I'm currently reading an article on Automorphic Forms, and I'm a bit confused about some of the notation used. The article is "On Some Results of Atkin and Lehner" by William Casselman, published in Mathematiche Annalen, 1973. Here is a link, but I've attached what I think are the relevant passages below.
In the image below, taken from the second page of the article, in the line that has "Thus we may describe $\varrho(w)$ by specifying for each $f \in \mathcal{G}(k^\times)$ and character $v$ what $(\varrho(w)f)$ caret-like symbol $(v,t)$ is", I don't know what the caret-like symbol means. The crazy G, which I denote by $\mathcal{G}$, refers to a space of Schwarz-Bruhat functions.
And this caret-like symbol appears again on the next page (and a few times thereafter).
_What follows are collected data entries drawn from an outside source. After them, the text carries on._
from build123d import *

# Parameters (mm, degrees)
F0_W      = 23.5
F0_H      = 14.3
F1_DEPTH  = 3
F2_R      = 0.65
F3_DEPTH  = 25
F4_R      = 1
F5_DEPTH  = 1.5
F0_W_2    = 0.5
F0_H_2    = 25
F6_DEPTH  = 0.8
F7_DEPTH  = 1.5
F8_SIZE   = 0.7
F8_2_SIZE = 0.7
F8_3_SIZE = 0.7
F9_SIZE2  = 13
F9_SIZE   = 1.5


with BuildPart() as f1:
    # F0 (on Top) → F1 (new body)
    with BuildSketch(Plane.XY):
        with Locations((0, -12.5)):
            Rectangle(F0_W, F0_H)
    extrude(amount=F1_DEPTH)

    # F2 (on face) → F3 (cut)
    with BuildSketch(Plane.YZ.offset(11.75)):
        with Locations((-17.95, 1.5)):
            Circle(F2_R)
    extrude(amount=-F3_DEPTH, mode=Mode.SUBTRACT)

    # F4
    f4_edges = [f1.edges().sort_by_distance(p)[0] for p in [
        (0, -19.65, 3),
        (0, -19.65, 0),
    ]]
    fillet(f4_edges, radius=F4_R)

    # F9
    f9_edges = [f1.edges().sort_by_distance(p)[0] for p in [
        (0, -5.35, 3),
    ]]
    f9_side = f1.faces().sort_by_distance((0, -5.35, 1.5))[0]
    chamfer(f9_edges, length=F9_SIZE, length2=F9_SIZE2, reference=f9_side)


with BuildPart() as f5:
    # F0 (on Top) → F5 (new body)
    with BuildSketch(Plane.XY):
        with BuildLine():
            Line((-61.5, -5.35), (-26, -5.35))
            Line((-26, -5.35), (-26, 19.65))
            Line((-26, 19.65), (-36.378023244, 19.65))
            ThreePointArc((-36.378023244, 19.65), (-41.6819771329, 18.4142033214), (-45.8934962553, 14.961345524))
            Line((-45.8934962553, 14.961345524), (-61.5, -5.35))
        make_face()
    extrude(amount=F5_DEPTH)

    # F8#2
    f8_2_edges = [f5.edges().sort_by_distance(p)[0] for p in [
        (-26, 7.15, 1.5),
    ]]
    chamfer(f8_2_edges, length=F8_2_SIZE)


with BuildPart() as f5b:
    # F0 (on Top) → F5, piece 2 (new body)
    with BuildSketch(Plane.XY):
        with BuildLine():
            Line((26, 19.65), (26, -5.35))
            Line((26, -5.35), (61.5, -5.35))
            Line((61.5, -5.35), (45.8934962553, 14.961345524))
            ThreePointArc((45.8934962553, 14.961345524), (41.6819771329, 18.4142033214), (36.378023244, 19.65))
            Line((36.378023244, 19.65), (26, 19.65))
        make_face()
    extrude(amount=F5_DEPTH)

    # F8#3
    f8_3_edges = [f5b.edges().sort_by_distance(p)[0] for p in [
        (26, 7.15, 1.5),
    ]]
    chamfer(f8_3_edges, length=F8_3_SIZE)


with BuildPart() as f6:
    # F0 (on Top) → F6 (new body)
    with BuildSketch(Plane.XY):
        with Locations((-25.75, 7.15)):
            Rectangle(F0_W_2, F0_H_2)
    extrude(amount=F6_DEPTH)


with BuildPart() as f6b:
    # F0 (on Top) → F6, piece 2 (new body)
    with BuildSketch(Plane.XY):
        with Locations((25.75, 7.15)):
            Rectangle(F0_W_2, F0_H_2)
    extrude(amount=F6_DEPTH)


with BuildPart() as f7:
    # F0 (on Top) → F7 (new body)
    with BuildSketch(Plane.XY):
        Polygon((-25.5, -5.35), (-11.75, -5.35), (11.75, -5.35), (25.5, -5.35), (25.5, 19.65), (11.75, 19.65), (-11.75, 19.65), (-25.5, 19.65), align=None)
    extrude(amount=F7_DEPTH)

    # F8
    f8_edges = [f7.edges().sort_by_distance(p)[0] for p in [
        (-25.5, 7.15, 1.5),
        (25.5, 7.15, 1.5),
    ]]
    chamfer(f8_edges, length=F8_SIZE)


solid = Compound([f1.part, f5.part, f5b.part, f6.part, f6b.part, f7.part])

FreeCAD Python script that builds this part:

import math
import FreeCAD as App
import Part
import Sketcher

V = App.Vector


def edges_at(feature, points):
    """Names of the edges that pass closest to the given points."""
    edges = feature.Shape.Edges
    near = lambda p: min(range(len(edges)), key=lambda i: edges[i].distToShape(Part.Vertex(*p))[0])
    return sorted({f"Edge{near(p) + 1}" for p in points})

doc = App.newDocument("Part")
params = doc.addObject("Spreadsheet::Sheet", "Params")
for row, (alias, value) in enumerate([
    ("sketch1_width", "23.5 mm"),
    ("sketch1_height", "14.3 mm"),
    ("pad1_length", "3 mm"),
    ("sketch2_diameter", "1.3 mm"),
    ("pocket1_length", "25 mm"),
    ("fillet_radius", "1 mm"),
    ("chamfer_size", "1.5 mm"),
    ("chamfer_size2", "13 mm"),
    ("sketch3_radius", "12 mm"),
    ("sketch3_height", "25 mm"),
    ("sketch3_width", "35.5 mm"),
    ("pad2_length", "1.5 mm"),
    ("chamfer2_size", "0.7 mm"),
    ("sketch4_radius", "12 mm"),
    ("sketch4_height", "25 mm"),
    ("sketch4_width", "35.5 mm"),
    ("pad3_length", "1.5 mm"),
    ("chamfer3_size", "0.7 mm"),
    ("sketch5_height", "25 mm"),
    ("sketch5_width", "0.5 mm"),
    ("pad4_length", "0.8 mm"),
    ("sketch6_height", "25 mm"),
    ("sketch6_width", "0.5 mm"),
    ("pad5_length", "0.8 mm"),
    ("sketch7_width", "51 mm"),
    ("sketch7_height", "25 mm"),
    ("pad6_length", "1.5 mm"),
    ("chamfer4_size", "0.7 mm"),
], start=1):
    params.set(f"A{row}", alias)
    params.set(f"B{row}", "=" + value)
    params.setAlias(f"B{row}", alias)

body = doc.addObject("PartDesign::Body", "Body")

sketch1 = body.newObject("Sketcher::SketchObject", "Sketch")
sketch1.AttachmentSupport = (doc.getObject("XY_Plane"), [""])
sketch1.MapMode = "FlatFace"
sketch1.addGeometry([
    Part.LineSegment(V(-12, -5, 0), V(-12, -20, 0)),
    Part.LineSegment(V(-12, -20, 0), V(12, -20, 0)),
    Part.LineSegment(V(12, -20, 0), V(12, -5, 0)),
    Part.LineSegment(V(12, -5, 0), V(-12, -5, 0)),
], False)
sketch1.addConstraint([
    Sketcher.Constraint("Coincident", 0, 2, 1, 1),
    Sketcher.Constraint("Coincident", 1, 2, 2, 1),
    Sketcher.Constraint("Coincident", 2, 2, 3, 1),
    Sketcher.Constraint("Coincident", 3, 2, 0, 1),
    Sketcher.Constraint("Vertical", 0),
    Sketcher.Constraint("Horizontal", 1),
    Sketcher.Constraint("Vertical", 2),
    Sketcher.Constraint("Horizontal", 3),
    Sketcher.Constraint("DistanceX", 1, 1, 1, 2, 23.5),
    Sketcher.Constraint("DistanceY", 0, 2, 0, 1, 14.3),
    Sketcher.Constraint("DistanceX", 0, 2, -1, 1, 11.75),
    Sketcher.Constraint("DistanceY", 0, 2, -1, 1, 19.65),
])
sketch1.setExpression("Constraints[8]", "Params.sketch1_width")
sketch1.setExpression("Constraints[9]", "Params.sketch1_height")
pad1 = body.newObject("PartDesign::Pad", "Pad")
pad1.Profile = sketch1
pad1.setExpression("Length", "Params.pad1_length")

sketch2 = body.newObject("Sketcher::SketchObject", "Sketch001")
sketch2.AttachmentSupport = (doc.getObject("YZ_Plane"), [""])
sketch2.MapMode = "FlatFace"
sketch2.AttachmentOffset = App.Placement(V(0, 0, 11.75), App.Rotation())
sketch2.addGeometry(Part.Circle(V(-17.9, 1.5, 0), V(0, 0, 1), 0.7), False)
sketch2.addConstraint([
    Sketcher.Constraint("Diameter", 0, 1.3),
    Sketcher.Constraint("DistanceY", -1, 1, 0, 3, 1.5),
    Sketcher.Constraint("DistanceX", 0, 3, -1, 1, 17.95),
])
sketch2.setExpression("Constraints[0]", "Params.sketch2_diameter")
pocket1 = body.newObject("PartDesign::Pocket", "Pocket")
pocket1.Profile = sketch2
pocket1.setExpression("Length", "Params.pocket1_length")
doc.recompute()

fillet = body.newObject("PartDesign::Fillet", "Fillet")
fillet.Base = (pocket1, edges_at(pocket1, [(0, -19.65, 3), (0, -19.65, 0)]))
fillet.setExpression("Radius", "Params.fillet_radius")
doc.recompute()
Does anyone know what this symbol means?
I highly suspect it is a familiar notation for the Fourier transform $\mathcal{F}\{f\}=\hat{f}$, just put off to the side as if it were an exponent for some reason. (Perhaps using
\widehat, $\widehat{\varrho(w)f}$, wouldn't have looked so nice, or wasn't available etc.) Of course the usual notion of Fourier transform is generalized when we're talking about locally compact groups in general.